The general consensus seem to suggest Mikes Workshop has the best blades available, but he is based in the US so it may take a few extra days for delivery.
Have a browse around You Tube and look for videos on zero clearance inserts for table saws, the process for making a scroll saw table insert should be largely the same.


----------



## ChrisR (13 Jan 2014)

Paul.

Again , Martin has given good advice, so no need to add further, but a couple of web sites you may find interesting for scroll saw patterns are:-

http://www.scrollsawworkshop.blogspot.com =D> 

http://www.saw4fun.com

Scrollsaw workshop is highly recommended.

Take care.

Chris R.


----------



## martinka (13 Jan 2014)

I think most of the regulars on this forum use Flying Dutchman blades from mikesworkshop.com
It's in the USA but the blades are cheap enough, as is the postage, and generally take about a week to get here. the FD-UR blades seem to be the best at the moment. If you want to buy from the UK, ChrisR buys Niqua blades from the Hegner website. Niqua and FD blades come from the same manufacturer. The Hobbies website also sells blades. Olson blades are good too and have their own following, as do Pegas blades, but overall the FD blades tend to best thought of.

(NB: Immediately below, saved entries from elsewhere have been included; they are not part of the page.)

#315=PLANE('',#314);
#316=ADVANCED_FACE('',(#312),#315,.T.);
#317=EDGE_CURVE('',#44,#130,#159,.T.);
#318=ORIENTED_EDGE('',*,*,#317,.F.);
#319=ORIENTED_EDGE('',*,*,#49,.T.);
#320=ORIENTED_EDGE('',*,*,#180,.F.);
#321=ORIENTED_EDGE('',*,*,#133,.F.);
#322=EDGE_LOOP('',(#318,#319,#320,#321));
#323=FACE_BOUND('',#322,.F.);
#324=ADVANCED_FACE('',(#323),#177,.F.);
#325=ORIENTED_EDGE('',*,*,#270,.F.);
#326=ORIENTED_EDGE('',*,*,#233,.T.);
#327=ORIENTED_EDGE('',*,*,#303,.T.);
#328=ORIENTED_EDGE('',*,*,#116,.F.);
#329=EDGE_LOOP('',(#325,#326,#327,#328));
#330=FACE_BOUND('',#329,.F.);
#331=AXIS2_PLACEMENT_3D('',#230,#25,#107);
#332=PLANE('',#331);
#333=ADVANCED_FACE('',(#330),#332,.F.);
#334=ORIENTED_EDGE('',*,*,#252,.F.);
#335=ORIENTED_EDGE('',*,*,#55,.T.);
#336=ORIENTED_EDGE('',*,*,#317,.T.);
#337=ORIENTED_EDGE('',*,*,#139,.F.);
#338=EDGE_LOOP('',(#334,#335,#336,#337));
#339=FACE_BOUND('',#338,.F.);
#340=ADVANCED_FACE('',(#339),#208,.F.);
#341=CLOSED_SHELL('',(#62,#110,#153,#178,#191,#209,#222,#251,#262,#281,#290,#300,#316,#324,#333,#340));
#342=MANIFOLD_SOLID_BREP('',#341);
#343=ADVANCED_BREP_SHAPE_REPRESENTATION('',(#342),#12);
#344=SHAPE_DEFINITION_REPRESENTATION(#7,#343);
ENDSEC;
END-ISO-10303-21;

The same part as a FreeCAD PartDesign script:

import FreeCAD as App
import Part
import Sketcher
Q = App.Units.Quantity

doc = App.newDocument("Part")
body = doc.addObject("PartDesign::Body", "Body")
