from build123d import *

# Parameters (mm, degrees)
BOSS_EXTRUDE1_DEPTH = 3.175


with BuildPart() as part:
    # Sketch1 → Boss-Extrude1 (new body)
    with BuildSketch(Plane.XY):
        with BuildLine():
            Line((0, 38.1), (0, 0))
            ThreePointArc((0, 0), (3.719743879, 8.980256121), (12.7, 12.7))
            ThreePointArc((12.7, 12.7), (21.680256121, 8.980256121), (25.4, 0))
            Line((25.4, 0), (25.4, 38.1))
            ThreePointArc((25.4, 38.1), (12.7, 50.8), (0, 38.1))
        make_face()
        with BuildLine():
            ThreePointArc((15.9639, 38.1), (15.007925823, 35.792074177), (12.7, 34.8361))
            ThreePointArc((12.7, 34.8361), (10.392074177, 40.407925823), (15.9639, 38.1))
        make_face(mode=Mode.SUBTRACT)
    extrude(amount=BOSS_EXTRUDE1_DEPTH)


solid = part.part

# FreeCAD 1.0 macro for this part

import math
import FreeCAD as App
import Part
import Sketcher
from FreeCAD import Vector
Q = App.Units.Quantity

doc = App.newDocument("Part")
body = doc.addObject("PartDesign::Body", "Body")

sketch1 = body.newObject("Sketcher::SketchObject", "Sketch")
sketch1.AttachmentSupport = (doc.getObject("XY_Plane"), [""])
sketch1.MapMode = "FlatFace"
sketch1.addGeometry([
    Part.LineSegment(Vector(0, 38.1, 0), Vector(0, 0, 0)),
    Part.ArcOfCircle(Part.Circle(Vector(12.7, 0, 0), Vector(0, 0, 1), 12.7), math.radians(90), math.radians(180)),
    Part.ArcOfCircle(Part.Circle(Vector(12.7, 0, 0), Vector(0, 0, 1), 12.7), math.radians(0), math.radians(90)),
    Part.LineSegment(Vector(25.4, 0, 0), Vector(25.4, 38.1, 0)),
    Part.ArcOfCircle(Part.Circle(Vector(12.7, 38.1, 0), Vector(0, 0, 1), 12.7), math.radians(0), math.radians(180)),
    Part.ArcOfCircle(Part.Circle(Vector(12.7, 38.1, 0), Vector(0, 0, 1), 3.3), math.radians(0), math.radians(270)),
    Part.ArcOfCircle(Part.Circle(Vector(12.7, 38.1, 0), Vector(0, 0, 1), 3.3), math.radians(-90), math.radians(0)),
], False)
sketch1.addConstraint([
    Sketcher.Constraint("Tangent", 0, 2, 1, 2),
    Sketcher.Constraint("Tangent", 1, 1, 2, 2),
    Sketcher.Constraint("Tangent", 2, 1, 3, 1),
    Sketcher.Constraint("Tangent", 3, 2, 4, 1),
    Sketcher.Constraint("Tangent", 4, 2, 0, 1),
    Sketcher.Constraint("Tangent", 5, 1, 6, 2),
    Sketcher.Constraint("Coincident", 6, 1, 5, 2),
    Sketcher.Constraint("Vertical", 0),
    Sketcher.Constraint("Vertical", 3),
    Sketcher.Constraint("Coincident", 0, 2, -1, 1),
    Sketcher.Constraint("Coincident", 5, 3, 4, 3),
    Sketcher.Constraint("Equal", 1, 2),
    Sketcher.Constraint("Horizontal", 4, 2, 5, 1),
    Sketcher.Constraint("Vertical", 6, 3, 1, 1),
    Sketcher.Constraint("Vertical", 1, 1, 6, 1),
    Sketcher.Constraint("Radius", 1, Q("0.5 in")),
    Sketcher.Constraint("DistanceY", 0, 2, 0, 1, Q("1.5 in")),
    Sketcher.Constraint("Radius", 5, Q("0.1285 in")),
])
pad1 = body.newObject("PartDesign::Pad", "Pad")
pad1.Profile = sketch1
pad1.Length = Q("0.125 in")

doc.recompute()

I actually made my table insert from aluminium on my lathe, but a wood or perspex one can easily be made by hand. It's just a round piece with a slot or a hole for the blade. Chances of having a piece of wood the correct thickness are small, so once it is in place, it needs sanding down to the level of the table. Another option, as I did on my Hegner, is to make an auxillary (hope that's the right word) table from plywood to go over the top of the original.

edit: I clicked send and came back 15 minutes later to find it was warning me that someone else had posted, so I clicked send again, and it did it again!. Stupid forum! :mrgreen:


----------



## paul24dual (13 Jan 2014)

martinka":338cuzy5 said:


> I think most of the regulars on this forum use Flying Dutchman blades from mikesworkshop.com
> It's in the USA but the blades are cheap enough, as is the postage, and generally take about a week to get here. the FD-UR blades seem to be the best at the moment. If you want to buy from the UK, ChrisR buys Niqua blades from the Hegner website. Niqua and FD blades come from the same manufacturer. The Hobbies website also sells blades. Olson blades are good too and have their own following, as do Pegas blades, but overall the FD blades tend to best thought of.
> 
> I actually made my table insert from aluminium on my lathe, but a wood or perspex one can easily be made by hand. It's just a round piece with a slot or a hole for the blade. Chances of having a piece of wood the correct thickness are small, so once it is in place, it needs sanding down to the level of the table. Another option, as I did on my Hegner, is to make an auxillary (hope that's the right word) table from plywood to go over the top of the original.
> ...



LOL!! Excuse my stupidness but why would you need to replace the table insert on the machine mentioned?


----------



## Chippygeoff (13 Jan 2014)

Just thought I would chip in here. I have a couple of inserts for a hegner saw. I did put them on here some time ago and had a guy that wanted them but then I could not find them again. Now I have moved they have surfaced again and they are sitting on my computer desk and wont move until someone wants them. One is the standard insert with the slot and the other is a blank so you can just have a small hole in it for very fine work.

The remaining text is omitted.